In recent years, voice-based virtual assistants such as Google Assistant and Amazon Alexa have grown popular. This has presented both potential and challenges for natural language understanding (NLU) systems. These devices’ production systems are often trained by supervised learning and rely significantly on annotated data. But, data annotation is costly and time-consuming. Furthermore, model updates using offline supervised learning can take long and miss trending requests.
In the underlying architecture of voice-based virtual assistants, the NLU model often categorizes user requests into hypotheses for downstream applications to fulfill. A hypothesis comprises two tags: user intention (intent) and Named Entity Recognition (NER). For example, the valid hypothesis for “play a Madonna song” will be: PlaySong intent, ArtistName – Madonna.
A new Amazon research introduces deep reinforcement learning strategies for NLU ranking. Their work analyses a ranking question in an NLU system in which entirely independent domain experts generate hypotheses with their features, where a domain is a functional area such as Music, Shopping, or Weather. These hypotheses are then ranked based on their scores, calculated based on their characteristics. As a result, the ranker must calibrate features from domain experts and select one hypothesis according to policy.
They look at linear correlations between hypothesis characteristics and scores using the usual contextual multiarmed bandit technique. Then they use policy gradient algorithms and Q-learning algorithms to generalize to nonlinear relationships.
For hypotheses, they describe the problem as a contextual multiarmed bandit, with arms representing the scores derived by domain experts, known as domain rankers. Because the arms are independent, the features for hypotheses in a domain are not accessible by other domain rankers. Furthermore, each domain ranker produces scores for several hypotheses simultaneously. As a result, the setup necessitates a novel reinforcement learning approach with partially observed contexts and multi-action estimations.
The researchers use recent breakthroughs in deep reinforcement learning to provide an alternate online training technique.
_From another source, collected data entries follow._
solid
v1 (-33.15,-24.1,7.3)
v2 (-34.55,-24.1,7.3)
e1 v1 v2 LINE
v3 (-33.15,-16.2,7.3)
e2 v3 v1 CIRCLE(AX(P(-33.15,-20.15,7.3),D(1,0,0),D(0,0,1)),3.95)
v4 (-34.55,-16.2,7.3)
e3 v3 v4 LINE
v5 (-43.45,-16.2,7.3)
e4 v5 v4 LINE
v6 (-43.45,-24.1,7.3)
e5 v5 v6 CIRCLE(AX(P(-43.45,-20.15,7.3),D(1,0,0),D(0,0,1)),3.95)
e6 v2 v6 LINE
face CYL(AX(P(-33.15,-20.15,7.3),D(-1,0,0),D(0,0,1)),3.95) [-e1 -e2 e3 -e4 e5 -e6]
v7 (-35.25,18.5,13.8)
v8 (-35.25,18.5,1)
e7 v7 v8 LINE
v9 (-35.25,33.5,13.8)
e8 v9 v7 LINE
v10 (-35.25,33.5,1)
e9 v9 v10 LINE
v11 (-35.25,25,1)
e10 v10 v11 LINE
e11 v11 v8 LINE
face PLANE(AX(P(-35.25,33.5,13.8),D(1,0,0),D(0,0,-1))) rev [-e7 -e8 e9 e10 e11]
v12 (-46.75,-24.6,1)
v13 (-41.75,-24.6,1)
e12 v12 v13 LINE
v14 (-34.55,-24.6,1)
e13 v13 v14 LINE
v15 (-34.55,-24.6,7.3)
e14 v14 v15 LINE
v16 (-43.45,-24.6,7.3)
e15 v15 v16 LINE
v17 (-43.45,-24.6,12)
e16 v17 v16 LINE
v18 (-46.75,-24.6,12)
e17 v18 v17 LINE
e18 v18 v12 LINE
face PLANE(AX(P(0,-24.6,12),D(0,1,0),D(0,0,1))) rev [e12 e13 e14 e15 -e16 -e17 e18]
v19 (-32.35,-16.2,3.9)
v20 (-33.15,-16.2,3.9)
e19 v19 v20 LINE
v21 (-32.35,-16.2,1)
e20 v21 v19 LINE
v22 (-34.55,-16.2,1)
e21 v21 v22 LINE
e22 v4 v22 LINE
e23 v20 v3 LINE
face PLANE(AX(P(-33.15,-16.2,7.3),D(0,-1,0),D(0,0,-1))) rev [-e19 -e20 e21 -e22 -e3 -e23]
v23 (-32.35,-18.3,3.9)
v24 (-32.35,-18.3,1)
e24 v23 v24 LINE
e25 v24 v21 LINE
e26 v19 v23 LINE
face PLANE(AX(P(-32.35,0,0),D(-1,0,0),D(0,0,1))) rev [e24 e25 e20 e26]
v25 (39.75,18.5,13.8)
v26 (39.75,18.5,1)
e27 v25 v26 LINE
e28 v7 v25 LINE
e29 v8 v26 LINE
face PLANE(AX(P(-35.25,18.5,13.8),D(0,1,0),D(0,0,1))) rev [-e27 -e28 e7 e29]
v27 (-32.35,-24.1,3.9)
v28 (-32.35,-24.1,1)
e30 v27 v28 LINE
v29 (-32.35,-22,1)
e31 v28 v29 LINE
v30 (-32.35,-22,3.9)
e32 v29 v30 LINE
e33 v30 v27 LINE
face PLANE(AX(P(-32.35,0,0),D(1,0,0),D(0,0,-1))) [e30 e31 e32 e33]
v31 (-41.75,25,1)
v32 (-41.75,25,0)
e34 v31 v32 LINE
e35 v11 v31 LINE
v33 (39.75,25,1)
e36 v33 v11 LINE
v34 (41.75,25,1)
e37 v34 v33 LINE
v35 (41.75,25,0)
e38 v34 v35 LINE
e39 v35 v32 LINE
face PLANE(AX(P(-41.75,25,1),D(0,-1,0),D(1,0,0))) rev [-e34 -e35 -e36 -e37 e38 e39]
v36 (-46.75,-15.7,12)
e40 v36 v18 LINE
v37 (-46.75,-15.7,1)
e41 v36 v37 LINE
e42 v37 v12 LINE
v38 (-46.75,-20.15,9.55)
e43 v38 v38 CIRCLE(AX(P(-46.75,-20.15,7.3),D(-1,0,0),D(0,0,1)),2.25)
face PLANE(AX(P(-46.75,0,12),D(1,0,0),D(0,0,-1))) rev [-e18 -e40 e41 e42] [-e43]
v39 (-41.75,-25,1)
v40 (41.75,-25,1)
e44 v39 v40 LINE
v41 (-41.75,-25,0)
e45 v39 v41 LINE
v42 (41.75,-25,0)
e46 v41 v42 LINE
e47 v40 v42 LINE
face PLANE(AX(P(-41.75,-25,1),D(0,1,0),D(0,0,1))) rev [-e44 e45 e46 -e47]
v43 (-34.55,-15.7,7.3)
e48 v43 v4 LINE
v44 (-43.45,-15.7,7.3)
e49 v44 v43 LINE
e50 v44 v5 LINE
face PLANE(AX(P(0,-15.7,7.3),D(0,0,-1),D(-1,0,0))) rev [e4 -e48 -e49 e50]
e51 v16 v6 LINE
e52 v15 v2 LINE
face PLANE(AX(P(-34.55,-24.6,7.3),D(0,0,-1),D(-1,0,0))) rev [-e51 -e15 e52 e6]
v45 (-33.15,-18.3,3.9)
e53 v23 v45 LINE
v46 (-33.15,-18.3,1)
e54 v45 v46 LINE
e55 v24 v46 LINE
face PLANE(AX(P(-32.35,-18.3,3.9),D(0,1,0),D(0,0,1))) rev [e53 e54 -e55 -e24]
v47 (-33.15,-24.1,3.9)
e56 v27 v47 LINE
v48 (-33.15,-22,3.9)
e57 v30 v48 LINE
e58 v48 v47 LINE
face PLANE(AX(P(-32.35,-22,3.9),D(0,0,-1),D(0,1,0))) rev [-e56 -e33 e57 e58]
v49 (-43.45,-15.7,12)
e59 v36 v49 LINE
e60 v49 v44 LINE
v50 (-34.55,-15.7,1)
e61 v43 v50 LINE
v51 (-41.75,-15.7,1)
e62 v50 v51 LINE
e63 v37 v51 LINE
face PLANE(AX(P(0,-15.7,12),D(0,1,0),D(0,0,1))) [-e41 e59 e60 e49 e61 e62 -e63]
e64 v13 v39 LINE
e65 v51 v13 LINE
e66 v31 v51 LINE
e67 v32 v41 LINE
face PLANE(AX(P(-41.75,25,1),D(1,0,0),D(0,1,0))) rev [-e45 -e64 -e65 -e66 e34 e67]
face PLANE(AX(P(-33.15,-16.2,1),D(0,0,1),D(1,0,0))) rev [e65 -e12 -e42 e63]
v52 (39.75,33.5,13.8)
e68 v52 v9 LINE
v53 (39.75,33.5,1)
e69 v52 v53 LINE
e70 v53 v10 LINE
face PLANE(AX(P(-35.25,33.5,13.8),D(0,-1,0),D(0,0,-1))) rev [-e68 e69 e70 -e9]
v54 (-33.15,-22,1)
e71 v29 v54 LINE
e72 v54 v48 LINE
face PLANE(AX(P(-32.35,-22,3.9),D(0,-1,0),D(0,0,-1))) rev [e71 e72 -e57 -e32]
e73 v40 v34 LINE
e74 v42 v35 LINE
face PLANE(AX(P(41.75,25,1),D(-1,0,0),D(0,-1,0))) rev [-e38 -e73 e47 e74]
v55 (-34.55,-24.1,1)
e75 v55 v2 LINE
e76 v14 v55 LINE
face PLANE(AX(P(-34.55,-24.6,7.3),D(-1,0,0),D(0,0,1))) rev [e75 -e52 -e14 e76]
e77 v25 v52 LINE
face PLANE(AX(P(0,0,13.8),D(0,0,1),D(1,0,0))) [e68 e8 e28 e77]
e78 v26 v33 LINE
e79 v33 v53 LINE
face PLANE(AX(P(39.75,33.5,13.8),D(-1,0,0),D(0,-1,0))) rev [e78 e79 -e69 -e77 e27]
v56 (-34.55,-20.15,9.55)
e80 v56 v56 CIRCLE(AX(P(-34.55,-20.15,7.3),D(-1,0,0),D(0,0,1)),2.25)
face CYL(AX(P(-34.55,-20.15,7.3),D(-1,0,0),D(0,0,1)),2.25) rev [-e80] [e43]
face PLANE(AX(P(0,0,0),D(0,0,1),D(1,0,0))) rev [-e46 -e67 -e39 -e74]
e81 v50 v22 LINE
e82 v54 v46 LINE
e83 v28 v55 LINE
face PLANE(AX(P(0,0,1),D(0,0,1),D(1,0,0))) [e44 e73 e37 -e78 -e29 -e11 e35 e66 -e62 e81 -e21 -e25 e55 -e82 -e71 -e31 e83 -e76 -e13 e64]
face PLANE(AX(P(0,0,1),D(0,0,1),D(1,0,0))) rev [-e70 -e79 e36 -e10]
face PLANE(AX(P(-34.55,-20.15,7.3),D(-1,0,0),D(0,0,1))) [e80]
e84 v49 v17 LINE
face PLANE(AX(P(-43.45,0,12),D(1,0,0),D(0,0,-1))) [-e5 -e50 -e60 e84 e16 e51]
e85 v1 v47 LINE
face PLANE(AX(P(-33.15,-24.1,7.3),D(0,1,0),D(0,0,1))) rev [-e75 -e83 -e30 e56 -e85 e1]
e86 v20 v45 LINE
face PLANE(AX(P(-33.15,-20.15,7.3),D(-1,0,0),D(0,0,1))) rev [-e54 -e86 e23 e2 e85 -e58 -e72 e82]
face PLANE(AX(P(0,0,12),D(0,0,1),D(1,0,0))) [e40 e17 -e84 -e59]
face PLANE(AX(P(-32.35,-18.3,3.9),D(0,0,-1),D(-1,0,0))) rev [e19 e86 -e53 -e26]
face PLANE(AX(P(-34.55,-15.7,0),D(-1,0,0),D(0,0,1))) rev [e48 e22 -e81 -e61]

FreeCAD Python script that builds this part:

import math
import FreeCAD as App
import Part
import Sketcher
Q = App.Units.Quantity


def add_polygon(sketch, points):
    """Adds a closed chain of lines whose ends are joined by coincident constraints."""
    first, n = sketch.GeometryCount, len(points)
    for a, b in zip(points, points[1:] + points[:1]):
        sketch.addGeometry(Part.LineSegment(App.Vector(*a, 0), App.Vector(*b, 0)), False)
    for i in range(n):
        sketch.addConstraint(Sketcher.Constraint("Coincident", first + i, 2, first + (i + 1) % n, 1))

doc = App.newDocument("Part")
params = doc.addObject("Spreadsheet::Sheet", "Params")
for row, (alias, value) in enumerate([
    ("sketch1_height", "50 mm"),
    ("sketch1_width", "83.5 mm"),
    ("pad1_length", "1 mm"),
    ("sketch2_width", "75 mm"),
    ("sketch2_height", "15 mm"),
    ("pad2_length", "12.8 mm"),
    ("sketch3_width", "3.3 mm"),
    ("sketch3_height", "8.9 mm"),
    ("pad3_length", "11 mm"),
    ("sketch4_radius", "3.95 mm"),
    ("sketch4_height", "6.3 mm"),
    ("pad4_length", "10.3 mm"),
    ("sketch5_width", "8.9 mm"),
    ("sketch5_height", "6.3 mm"),
    ("pad5_length", "0.5 mm"),
    ("sketch6_width", "8.9 mm"),
    ("sketch6_height", "6.3 mm"),
    ("pad6_length", "0.5 mm"),
    ("sketch7_width", "2.1 mm"),
    ("sketch7_height", "2.9 mm"),
    ("pad7_length", "0.8 mm"),
    ("sketch8_diameter", "4.5 mm"),
    ("pocket1_length", "12.2 mm"),
], start=1):
    params.set(f"A{row}", alias)
    params.set(f"B{row}", "=" + value)
    params.setAlias(f"B{row}", alias)

body = doc.addObject("PartDesign::Body", "Body")

# Sketch on XY plane
sketch1 = doc.addObject("Sketcher::SketchObject", "Sketch")
body.addObject(sketch1)
sketch1.AttachmentSupport = (doc.XY_Plane, [""])
sketch1.MapMode = "FlatFace"
add_polygon(sketch1, [(-42, 25), (-42, -25), (42, -25), (42, 25)])  # lines 0-3
sketch1.addConstraint([
    Sketcher.Constraint("Vertical", 0),
    Sketcher.Constraint("Horizontal", 1),
    Sketcher.Constraint("Vertical", 2),
    Sketcher.Constraint("Horizontal", 3),
    Sketcher.Constraint("Symmetric", 0, 2, 2, 2, -1, 1),
    Sketcher.Constraint("DistanceY", 0, 2, 0, 1, Q("50 mm")),
    Sketcher.Constraint("DistanceX", 1, 1, 1, 2, Q("83.5 mm")),
])
sketch1.setExpression("Constraints[9]", "Params.sketch1_height")
sketch1.setExpression("Constraints[10]", "Params.sketch1_width")
pad1 = doc.addObject("PartDesign::Pad", "Pad")
body.addObject(pad1)
pad1.Profile = sketch1
pad1.setExpression("Length", "Params.pad1_length")

# Sketch on XY plane
sketch2 = doc.addObject("Sketcher::SketchObject", "Sketch001")
body.addObject(sketch2)
sketch2.AttachmentSupport = (doc.XY_Plane, [""])
sketch2.MapMode = "FlatFace"
sketch2.AttachmentOffset = App.Placement(App.Vector(0, 0, 1), App.Rotation())
add_polygon(sketch2, [(-35, 34), (-35, 18), (40, 18), (40, 34)])  # lines 0-3
sketch2.addConstraint([
    Sketcher.Constraint("Vertical", 0),
    Sketcher.Constraint("Horizontal", 1),
    Sketcher.Constraint("Vertical", 2),
    Sketcher.Constraint("Horizontal", 3),
    Sketcher.Constraint("DistanceX", 1, 1, 1, 2, Q("75 mm")),
    Sketcher.Constraint("DistanceY", 0, 2, 0, 1, Q("15 mm")),
    Sketcher.Constraint("DistanceY", -1, 1, 0, 2, Q("18.5 mm")),
    Sketcher.Constraint("DistanceX", 0, 2, -1, 1, Q("35.25 mm")),
])
sketch2.setExpression("Constraints[8]", "Params.sketch2_width")
sketch2.setExpression("Constraints[9]", "Params.sketch2_height")
pad2 = doc.addObject("PartDesign::Pad", "Pad001")
body.addObject(pad2)
pad2.Profile = sketch2
pad2.setExpression("Length", "Params.pad2_length")
body2 = doc.addObject("PartDesign::Body", "Body001")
The sample return is used to estimate the value of the state-action pair in the policy gradient method.
The proposed method relies on implicit user feedback signals to calculate the rewards associated with samples in recorded data rather than human annotation. If the chosen NLU hypothesis meets the customer’s needs, a positive reward is given, and a negative reward is given if it does not. This approach can quickly catch up on trending requests because the training method allows for automatic model modifications during runtime.
The researchers use two sets of data to present the findings of a simulation experiment, as below:
- Annotated data, where the expected answer is the ground truth and is decided by human annotators
- Unannotated logged historical data, where the ground-truth is unknown, the expected response (considered ground-truth) is determined by implicit user input.
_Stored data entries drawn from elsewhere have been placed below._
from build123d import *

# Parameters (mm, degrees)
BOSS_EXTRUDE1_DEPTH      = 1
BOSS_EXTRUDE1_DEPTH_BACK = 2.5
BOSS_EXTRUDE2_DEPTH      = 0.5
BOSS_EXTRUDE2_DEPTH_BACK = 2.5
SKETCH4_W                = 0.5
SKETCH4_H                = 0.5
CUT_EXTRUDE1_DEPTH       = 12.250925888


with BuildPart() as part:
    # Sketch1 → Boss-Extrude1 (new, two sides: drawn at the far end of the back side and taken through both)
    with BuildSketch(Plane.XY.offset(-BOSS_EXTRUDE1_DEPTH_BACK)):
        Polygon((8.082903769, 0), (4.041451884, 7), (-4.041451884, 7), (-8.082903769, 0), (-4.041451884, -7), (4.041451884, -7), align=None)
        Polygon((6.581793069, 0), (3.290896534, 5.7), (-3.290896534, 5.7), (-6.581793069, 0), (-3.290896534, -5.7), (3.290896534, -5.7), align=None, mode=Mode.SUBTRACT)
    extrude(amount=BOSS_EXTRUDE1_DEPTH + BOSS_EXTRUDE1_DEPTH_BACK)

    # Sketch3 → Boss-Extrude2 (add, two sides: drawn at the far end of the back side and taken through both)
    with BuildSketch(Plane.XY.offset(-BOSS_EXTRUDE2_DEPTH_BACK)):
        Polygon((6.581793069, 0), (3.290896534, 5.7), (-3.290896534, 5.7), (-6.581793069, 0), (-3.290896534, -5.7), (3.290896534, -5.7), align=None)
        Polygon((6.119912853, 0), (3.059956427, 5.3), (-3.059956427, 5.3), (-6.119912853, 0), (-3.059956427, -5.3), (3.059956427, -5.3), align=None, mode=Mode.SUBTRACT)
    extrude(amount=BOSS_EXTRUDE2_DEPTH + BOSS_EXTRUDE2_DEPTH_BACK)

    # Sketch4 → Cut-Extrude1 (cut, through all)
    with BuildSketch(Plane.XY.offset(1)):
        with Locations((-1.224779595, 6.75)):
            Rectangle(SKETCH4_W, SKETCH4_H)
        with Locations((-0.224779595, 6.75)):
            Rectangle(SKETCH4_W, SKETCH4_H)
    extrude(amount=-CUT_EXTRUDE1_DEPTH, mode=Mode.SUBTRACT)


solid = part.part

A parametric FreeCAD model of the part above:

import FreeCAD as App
import Part
import Sketcher

V = App.Vector
Q = App.Units.Quantity


def add_polygon(sketch, points):
    """Adds a closed chain of lines whose ends are joined by coincident constraints."""
    first, n = sketch.GeometryCount, len(points)
    for a, b in zip(points, points[1:] + points[:1]):
        sketch.addGeometry(Part.LineSegment(App.Vector(*a, 0), App.Vector(*b, 0)), False)
    for i in range(n):
        sketch.addConstraint(Sketcher.Constraint("Coincident", first + i, 2, first + (i + 1) % n, 1))

doc = App.newDocument("Part")
params = doc.addObject("Spreadsheet::Sheet", "Params")
for row, (alias, value) in enumerate([
    ("pad1_length", "1 mm"),
    ("pad1_length2", "2.5 mm"),
    ("pad2_length", "0.5 mm"),
    ("pad2_length2", "2.5 mm"),
    ("sketch3_width", "0.5 mm"),
], start=1):
    params.set(f"A{row}", alias)
    params.set(f"B{row}", "=" + value)
    params.setAlias(f"B{row}", alias)

body = doc.addObject("PartDesign::Body", "Body")

# Sketch on XY plane
sketch1 = body.newObject("Sketcher::SketchObject", "Sketch")
sketch1.AttachmentSupport = (doc.getObject("XY_Plane"), [""])
sketch1.MapMode = "FlatFace"
add_polygon(sketch1, [(8, 0), (4, 7), (-4, 7), (-8, 0), (-4, -7), (4, -7)])  # lines 0-5
add_polygon(sketch1, [(3, 6), (7, 0), (3, -6), (-3, -6), (-7, 0), (-3, 6)])  # lines 6-11
sketch1.addConstraint(Sketcher.Constraint("Horizontal", 1))
sketch1.addConstraint(Sketcher.Constraint("Horizontal", 4))
sketch1.addConstraint(Sketcher.Constraint("Horizontal", 8))
sketch1.addConstraint(Sketcher.Constraint("Horizontal", 11))
sketch1.addConstraint(Sketcher.Constraint("Symmetric", 0, 2, 3, 2, -1, 1))
sketch1.addConstraint(Sketcher.Constraint("Symmetric", 2, 2, 5, 2, -1, 1))
sketch1.addConstraint(Sketcher.Constraint("Symmetric", 6, 2, 9, 2, -1, 1))
sketch1.addConstraint(Sketcher.Constraint("Symmetric", 7, 2, 10, 2, -1, 1))
sketch1.addConstraint(Sketcher.Constraint("PointOnObject", 2, 2, -1))
sketch1.addConstraint(Sketcher.Constraint("PointOnObject", 6, 2, -1))
sketch1.addConstraint(Sketcher.Constraint("Parallel", 2, 5))
sketch1.addConstraint(Sketcher.Constraint("Parallel", 3, 6))
sketch1.addConstraint(Sketcher.Constraint("Parallel", 5, 7))
sketch1.addConstraint(Sketcher.Constraint("Parallel", 6, 9))
sketch1.addConstraint(Sketcher.Constraint("Vertical", 1, 2, 3, 2))
sketch1.addConstraint(Sketcher.Constraint("Angle", 0, Q("120 deg")))
sketch1.addConstraint(Sketcher.Constraint("DistanceY", -1, 1, 0, 2, 7.0))
sketch1.addConstraint(Sketcher.Constraint("DistanceY", 7, 2, -1, 1, 5.7))
sketch1.addConstraint(Sketcher.Constraint("DistanceX", 2, 2, 7, 2, 11.3738))
sketch1.addConstraint(Sketcher.Constraint("DistanceX", 1, 2, 1, 1, 8.082904))
pad1 = body.newObject("PartDesign::Pad", "Pad")
pad1.Profile = sketch1
pad1.Type = "TwoLengths"
pad1.setExpression("Length", "Params.pad1_length")
pad1.setExpression("Length2", "Params.pad1_length2")

# Sketch on XY plane
sketch2 = body.newObject("Sketcher::SketchObject", "Sketch001")
sketch2.AttachmentSupport = (doc.getObject("XY_Plane"), [""])
sketch2.MapMode = "FlatFace"
add_polygon(sketch2, [(7, 0), (3, 6), (-3, 6), (-7, 0), (-3, -6), (3, -6)])  # lines 0-5
add_polygon(sketch2, [(3, 5), (6, 0), (3, -5), (-3, -5), (-6, 0), (-3, 5)])  # lines 6-11
sketch2.addConstraint(Sketcher.Constraint("Horizontal", 1))
sketch2.addConstraint(Sketcher.Constraint("Horizontal", 4))
sketch2.addConstraint(Sketcher.Constraint("Horizontal", 8))
sketch2.addConstraint(Sketcher.Constraint("Horizontal", 11))
sketch2.addConstraint(Sketcher.Constraint("Symmetric", 0, 2, 3, 2, -1, 1))
sketch2.addConstraint(Sketcher.Constraint("Symmetric", 2, 2, 5, 2, -1, 1))
sketch2.addConstraint(Sketcher.Constraint("Symmetric", 6, 2, 9, 2, -1, 1))
sketch2.addConstraint(Sketcher.Constraint("Symmetric", 7, 2, 10, 2, -1, 1))
sketch2.addConstraint(Sketcher.Constraint("PointOnObject", 2, 2, -1))
sketch2.addConstraint(Sketcher.Constraint("PointOnObject", 6, 2, -1))
sketch2.addConstraint(Sketcher.Constraint("Parallel", 2, 5))
sketch2.addConstraint(Sketcher.Constraint("Parallel", 3, 6))
sketch2.addConstraint(Sketcher.Constraint("Parallel", 5, 7))
sketch2.addConstraint(Sketcher.Constraint("Parallel", 6, 9))
sketch2.addConstraint(Sketcher.Constraint("Vertical", 1, 2, 3, 2))
sketch2.addConstraint(Sketcher.Constraint("Angle", 0, Q("120 deg")))
sketch2.addConstraint(Sketcher.Constraint("DistanceY", 7, 2, 0, 2, 11.0))
sketch2.addConstraint(Sketcher.Constraint("DistanceY", -1, 1, 0, 2, 5.7))
sketch2.addConstraint(Sketcher.Constraint("DistanceX", 1, 2, 1, 1, 6.581793))
sketch2.addConstraint(Sketcher.Constraint("DistanceX", 8, 2, 8, 1, 6.119913))
pad2 = body.newObject("PartDesign::Pad", "Pad001")
pad2.Profile = sketch2
pad2.Type = "TwoLengths"
pad2.setExpression("Length", "Params.pad2_length")
pad2.setExpression("Length2", "Params.pad2_length2")

# Sketch on XY plane
sketch3 = body.newObject("Sketcher::SketchObject", "Sketch002")
sketch3.AttachmentSupport = (doc.getObject("XY_Plane"), [""])
sketch3.MapMode = "FlatFace"
sketch3.AttachmentOffset = App.Placement(V(0, 0, 1), App.Rotation())
add_polygon(sketch3, [(-1.5, 7), (-1.5, 6.5), (-1, 6.5), (-1, 7)])  # lines 0-3
add_polygon(sketch3, [(-0.5, 7), (-0.5, 6.5), (0, 6.5), (0, 7)])  # lines 4-7
sketch3.addConstraint(Sketcher.Constraint("Vertical", 0))
sketch3.addConstraint(Sketcher.Constraint("Horizontal", 1))
sketch3.addConstraint(Sketcher.Constraint("Vertical", 2))
sketch3.addConstraint(Sketcher.Constraint("Horizontal", 3))
sketch3.addConstraint(Sketcher.Constraint("Vertical", 4))
sketch3.addConstraint(Sketcher.Constraint("Horizontal", 5))
sketch3.addConstraint(Sketcher.Constraint("Vertical", 6))
sketch3.addConstraint(Sketcher.Constraint("Horizontal", 7))
sketch3.addConstraint(Sketcher.Constraint("Horizontal", 1, 2, 4, 2))
sketch3.addConstraint(Sketcher.Constraint("Horizontal", 3, 2, 6, 2))
sketch3.addConstraint(Sketcher.Constraint("Equal", 3, 5))
sketch3.addConstraint(Sketcher.Constraint("Equal", 7, 0))
sketch3.addConstraint(Sketcher.Constraint("DistanceX", 1, 1, 1, 2, 0.5))
sketch3.addConstraint(Sketcher.Constraint("DistanceY", -1, 1, 2, 2, 7.0))
sketch3.addConstraint(Sketcher.Constraint("DistanceX", 0, 2, 4, 2, 1.0))
sketch3.addConstraint(Sketcher.Constraint("DistanceX", 0, 2, -1, 1, 1.47478))
sketch3.setExpression("Constraints[20]", "Params.sketch3_width")
pocket1 = body.newObject("PartDesign::Pocket", "Pocket")
pocket1.Profile = sketch3
pocket1.Type = "ThroughAll"

doc.recompute()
The IRER (exact-match hypothesis error rate) and ICER (intent classification error rate) are two metrics used by the researchers to explain their findings in these trials.
The results reveal that the novel technique reduces the exact-match hypothesis and intent classification error rates by 4% and 18%, respectively, compared to the baseline models. The team plans to employ user friction in a more sophisticated way by accounting for the uncertainty in friction estimation in the rewarding process. They also aim to improve the exploration process during online learning, for example, by utilizing look-ahead procedures.